Richard Albury said...

Interesting post.

So, as someone with two kids in elementary school thinking of moving from Tampa to Albuquerque in the next couple of years, how do I go about figuring out if a given school is decent? This given the Catch 22 of trying to find a decent neighborhood.

And how far up the alluvial fan should I live? ;-)

If it helps, Rio Rancho does *not* sound appealing, nor do the Heights, but Nob Hill sounds interesting if a bit full of itself.

Michelle Meaders said...

My opinion about the "quality" of APS schools, which is never mentioned when bashing it: this is a huge school district (5th biggest in the country), with city and suburban, rich and very poor kids. (also kids from homeless, recent immigrant, and teen-parent families) They equalize the operations funding between schools, instead of having triple the spending per capita in the suburbs, like many big cities elsewhere. School performance has more to do with the parents than the schools. So it's unfair to compare such a diverse school district with the suburban-only ones in other places.

frannyzoo said...

All: Thanks for the comments, as well as the other emails I've gotten on this post. Richard...I was going to respond via this comment space, but your question led me to further exploration of the data and that turned into another, more recent, blog post on the subject. I didn't have your email..maybe you can take a look at that other post (and welcome to ABQ , btw).

And Nora: As a Humanities teacher I tend to think I'll never use any stat knowledge, but sometimes it just pops out of the wierdest places.

Richard Albury said...

Many thanks for the response: it was precisely what I was looking for.

Also, many, many years ago - 1970, to be precise - I was a student for six months at MacArthur Elementary: it was a good six months, and we were sorry to leave ABQ.

Now to figure out where to live... somewhere not monochromatic, if you catch my drift. ;-)

stephanie james said...

I really appreciate your post. I have been studying these results since my daughter started kindergarten last year.

Last year, my first concern was that Collet Park hadn't passed. Then I was told that it was only because of the "English as a second language" students.

So this year when it didn't pass again, for the same reason, I've wondered what exactly are all these numbers used for?! What does it mean to me?! Etc., etc.

After reading your post I went back to the AYP results and understand a bit more about what the individual numbers mean but it still doesn't add up to anything useful to me.

One thing popped out to me that I missed before because I didn't understand the numbers. The AYP goal is the same across the board for each category. So, if they expect a lower percentage for the disadvantaged categories why are they measuring them with the same ruler? They already KNOW these kids perform lower. What is this supposed to tell us?

It makes me angry that there is so much money being spent on this nonsense just to end up making parents, students, and teachers feel like they are failing.

Additionally, it seems to me that it is economic suicide for the state to be advertising what seems to be a failing school system.

I am of the opinion that school is what you make of it and nothing more.

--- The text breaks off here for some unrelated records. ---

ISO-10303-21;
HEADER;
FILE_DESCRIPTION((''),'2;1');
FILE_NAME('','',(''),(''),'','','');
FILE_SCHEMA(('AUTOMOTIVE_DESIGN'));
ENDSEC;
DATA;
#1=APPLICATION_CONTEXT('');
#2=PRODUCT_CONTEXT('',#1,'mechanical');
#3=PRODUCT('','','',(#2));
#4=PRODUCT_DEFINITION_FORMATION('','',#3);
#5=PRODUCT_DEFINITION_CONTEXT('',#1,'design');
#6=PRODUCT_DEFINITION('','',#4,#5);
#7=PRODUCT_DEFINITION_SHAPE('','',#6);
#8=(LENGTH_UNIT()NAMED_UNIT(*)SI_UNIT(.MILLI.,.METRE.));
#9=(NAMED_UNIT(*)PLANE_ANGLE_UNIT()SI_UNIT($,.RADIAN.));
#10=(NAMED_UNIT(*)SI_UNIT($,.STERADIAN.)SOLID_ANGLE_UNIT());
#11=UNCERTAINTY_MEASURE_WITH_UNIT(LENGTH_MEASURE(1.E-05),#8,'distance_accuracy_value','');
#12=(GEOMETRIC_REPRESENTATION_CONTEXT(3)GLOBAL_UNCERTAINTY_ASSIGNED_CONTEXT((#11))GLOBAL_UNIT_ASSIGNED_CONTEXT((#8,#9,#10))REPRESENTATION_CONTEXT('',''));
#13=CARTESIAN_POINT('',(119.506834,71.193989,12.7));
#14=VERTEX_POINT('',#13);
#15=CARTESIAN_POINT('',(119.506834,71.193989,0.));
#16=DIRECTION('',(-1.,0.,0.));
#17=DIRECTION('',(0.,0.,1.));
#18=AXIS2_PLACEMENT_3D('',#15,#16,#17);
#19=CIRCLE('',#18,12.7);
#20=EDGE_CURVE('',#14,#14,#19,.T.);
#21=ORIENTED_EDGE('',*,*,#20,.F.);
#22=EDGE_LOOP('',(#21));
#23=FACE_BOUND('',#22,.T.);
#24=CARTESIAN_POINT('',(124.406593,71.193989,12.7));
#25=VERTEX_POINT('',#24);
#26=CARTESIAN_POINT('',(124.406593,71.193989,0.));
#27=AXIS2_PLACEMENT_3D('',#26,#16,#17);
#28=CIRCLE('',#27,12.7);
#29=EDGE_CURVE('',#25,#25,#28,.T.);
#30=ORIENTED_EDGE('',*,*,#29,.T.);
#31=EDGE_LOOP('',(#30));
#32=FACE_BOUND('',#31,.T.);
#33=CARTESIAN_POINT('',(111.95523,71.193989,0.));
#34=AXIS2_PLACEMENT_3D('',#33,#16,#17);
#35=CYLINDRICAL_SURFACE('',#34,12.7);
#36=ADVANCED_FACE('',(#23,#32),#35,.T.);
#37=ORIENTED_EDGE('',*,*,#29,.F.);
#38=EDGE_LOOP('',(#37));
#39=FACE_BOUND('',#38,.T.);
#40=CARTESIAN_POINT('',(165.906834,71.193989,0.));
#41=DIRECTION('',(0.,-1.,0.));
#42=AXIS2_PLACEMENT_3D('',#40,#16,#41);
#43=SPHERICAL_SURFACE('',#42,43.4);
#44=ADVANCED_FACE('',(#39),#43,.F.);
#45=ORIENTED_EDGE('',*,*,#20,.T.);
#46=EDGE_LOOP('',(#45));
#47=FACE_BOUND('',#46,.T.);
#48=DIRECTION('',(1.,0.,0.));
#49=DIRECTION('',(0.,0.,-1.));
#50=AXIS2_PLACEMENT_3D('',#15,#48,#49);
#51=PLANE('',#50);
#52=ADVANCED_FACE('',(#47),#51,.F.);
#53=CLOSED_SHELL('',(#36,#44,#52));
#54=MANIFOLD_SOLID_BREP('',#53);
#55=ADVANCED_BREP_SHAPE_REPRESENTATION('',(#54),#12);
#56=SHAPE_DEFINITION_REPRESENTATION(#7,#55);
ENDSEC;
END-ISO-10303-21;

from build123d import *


with BuildPart() as part:
    # 草图1 → 旋转1 (revolve)
    with BuildSketch(Plane.XY, mode=Mode.PRIVATE) as revolve_1_sk:
        with BuildLine():
            Line((119.506834179, 71.193989087), (119.506834179, 83.893989087))
            Line((119.506834179, 83.893989087), (124.406593215, 83.893989087))
            ThreePointArc((124.406593215, 83.893989087), (122.984401478, 77.614641008), (122.506834179, 71.193989087))
            Line((122.506834179, 71.193989087), (119.506834179, 71.193989087))
        make_face()
    revolve(revolve_1_sk.sketch.rotate(Axis((111.955229758, 71.193989087, 0), (1, 0, 0)), 180), axis=Axis((111.955229758, 71.193989087, 0), (1, 0, 0)))  # turned: the seam where the file's is


solid = part.part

The community within the public schools is a microcosm of the real world. A more realistic experience than a private institution. So, I am fully behind the public schools. I just wish our government would quit finding senseless ways of spending our education dollars. Our best investment would be in our teachers. Then we wouldn't have to just HOPE our kids get that special teacher that considers their job a labor of love.

Thanks Scot.

frannyzoo said...

Stephanie: Yours is just about the nicest comment I've yet received in the history of 'Burque Babble. Okay, that's not alot of history, but I just want you to know I really appreciate your kind words and meaningful insights.

I don't know if you saw it (and wonder if tackling another 2,000 paralyzingly intricate words on testing is a good idea), but I have a 2nd post on the subject. It's "More Fun With Test Scores" or something like that.

Good luck in all your research and effort to find the best school for your daughter (it was daughter, right?)...if every parent was as involved and thoughtful in this process it's hard to imagine how much better the quality of public schools would be, imho.